I haven't tried it, but I tried doing it when it was quite dark.. It's so hard to tell the difference between ANY colors, and you easily forget where everything is.. Gave me a minor headache


----------



## fcwy1 (Oct 19, 2008)

I can hardly tell. it's like trying to solve a cube in a dark room at night


----------



## ConnorCuber (Oct 19, 2008)

Another thing to do, is bring a megaminx under one of those white light street lights, it looks wonderful.


----------



## Tox|k (Oct 22, 2008)

I got stuck in a boring movie with some friends once and decided to try to solve my cube. Took forever, had to wait for the scenes in the movie when there was enough light reflected off the screen to make out some of the colours. Had to go pretty slow as well as I didn't want to bug everyone with cube noises.


----------



## Leviticus (Oct 22, 2008)

Isn't it called cellophane? 

No i've never tried, the only thing that comes close is solving the cube in the car at night.


----------



## ThePizzaGuy92 (Oct 25, 2008)

i tried it with 3-D glasses once [the ones with red on one side and blue on the other] and I think i solved it but i can't remember.


----------



## Cride5 (Jan 28, 2009)

shelley said:


> If you use cubesmith stickers, try solving under the yellowish street lights that light up tunnels or parking garages at night. Yellow, orange and red all look the same.

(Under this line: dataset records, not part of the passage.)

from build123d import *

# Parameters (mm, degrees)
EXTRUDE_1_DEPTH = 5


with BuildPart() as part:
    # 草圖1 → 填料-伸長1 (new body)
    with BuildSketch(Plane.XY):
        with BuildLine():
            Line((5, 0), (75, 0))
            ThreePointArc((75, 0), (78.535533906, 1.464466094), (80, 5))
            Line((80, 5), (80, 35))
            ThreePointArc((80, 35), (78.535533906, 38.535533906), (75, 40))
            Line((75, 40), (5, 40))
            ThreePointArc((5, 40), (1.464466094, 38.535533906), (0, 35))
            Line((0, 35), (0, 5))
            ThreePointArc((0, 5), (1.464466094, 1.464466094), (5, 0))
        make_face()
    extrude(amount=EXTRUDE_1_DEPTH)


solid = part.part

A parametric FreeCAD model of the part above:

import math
import FreeCAD as App
import Part
import Sketcher
from FreeCAD import Vector
Q = App.Units.Quantity

doc = App.newDocument("Part")
body = doc.addObject("PartDesign::Body", "Body")

# Sketch on XY plane
sketch1 = body.newObject("Sketcher::SketchObject", "Sketch")
sketch1.AttachmentSupport = (doc.getObject("XY_Plane"), [""])
sketch1.MapMode = "FlatFace"
sketch1.addGeometry([
    Part.LineSegment(Vector(5, 0, 0), Vector(75, 0, 0)),  # 0
    Part.ArcOfCircle(Part.Circle(Vector(75, 5, 0), Vector(0, 0, 1), 5), math.radians(-90), math.radians(0)),  # 1
    Part.LineSegment(Vector(80, 5, 0), Vector(80, 35, 0)),  # 2
    Part.ArcOfCircle(Part.Circle(Vector(75, 35, 0), Vector(0, 0, 1), 5), math.radians(0), math.radians(90)),  # 3
    Part.LineSegment(Vector(75, 40, 0), Vector(5, 40, 0)),  # 4
    Part.ArcOfCircle(Part.Circle(Vector(5, 35, 0), Vector(0, 0, 1), 5), math.radians(90), math.radians(180)),  # 5
    Part.LineSegment(Vector(0, 35, 0), Vector(0, 5, 0)),  # 6
    Part.ArcOfCircle(Part.Circle(Vector(5, 5, 0), Vector(0, 0, 1), 5), math.radians(180), math.radians(270)),  # 7
], False)
sketch1.addConstraint([
    Sketcher.Constraint("Tangent", 0, 2, 1, 1),
    Sketcher.Constraint("Tangent", 1, 2, 2, 1),
    Sketcher.Constraint("Tangent", 2, 2, 3, 1),
    Sketcher.Constraint("Tangent", 3, 2, 4, 1),
    Sketcher.Constraint("Tangent", 4, 2, 5, 1),
    Sketcher.Constraint("Tangent", 5, 2, 6, 1),
    Sketcher.Constraint("Tangent", 6, 2, 7, 1),
    Sketcher.Constraint("Tangent", 7, 2, 0, 1),
    Sketcher.Constraint("Horizontal", 0),
    Sketcher.Constraint("Vertical", 2),
    Sketcher.Constraint("Horizontal", 4),
    Sketcher.Constraint("Vertical", 6),
    Sketcher.Constraint("Equal", 1, 3),
    Sketcher.Constraint("Equal", 3, 5),
    Sketcher.Constraint("Equal", 5, 7),
    Sketcher.Constraint("PointOnObject", 0, 2, -1),
    Sketcher.Constraint("PointOnObject", 5, 2, -2),
    Sketcher.Constraint("Radius", 1, Q("5 mm")),
    Sketcher.Constraint("DistanceX", 0, 1, 0, 2, Q("70 mm")),
    Sketcher.Constraint("DistanceY", 2, 1, 2, 2, Q("30 mm")),
])
pad1 = body.newObject("PartDesign::Pad", "Pad")
pad1.Profile = sketch1
pad1.Length = 5

doc.recompute()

If the cube colours follow the 'add yellow' colour scheme (white -> yellow, red -> orange, blue -> green) then (in theory) opposite sides will only appear slightly lighter in pure yellow light and won't be distinguishable by colour.


----------



## EmersonHerrmann (Jan 28, 2009)

shelley said:


> If you use cubesmith stickers, try solving under the yellowish street lights that light up tunnels or parking garages at night. Yellow, orange and red all look the same.



I have done that before...it's so cool looking, but impossible to solve xD


----------



## zippur (Jan 28, 2009)

fcwy1 said:


> I can hardly tell. it's like trying to solve a cube in a dark room at night



i just tried that last night. took me like 3 minutes


----------



## mcciff2112 (Jan 28, 2009)

i once tried to solve it in a dark room. all the colors looked the same, completely black!


----------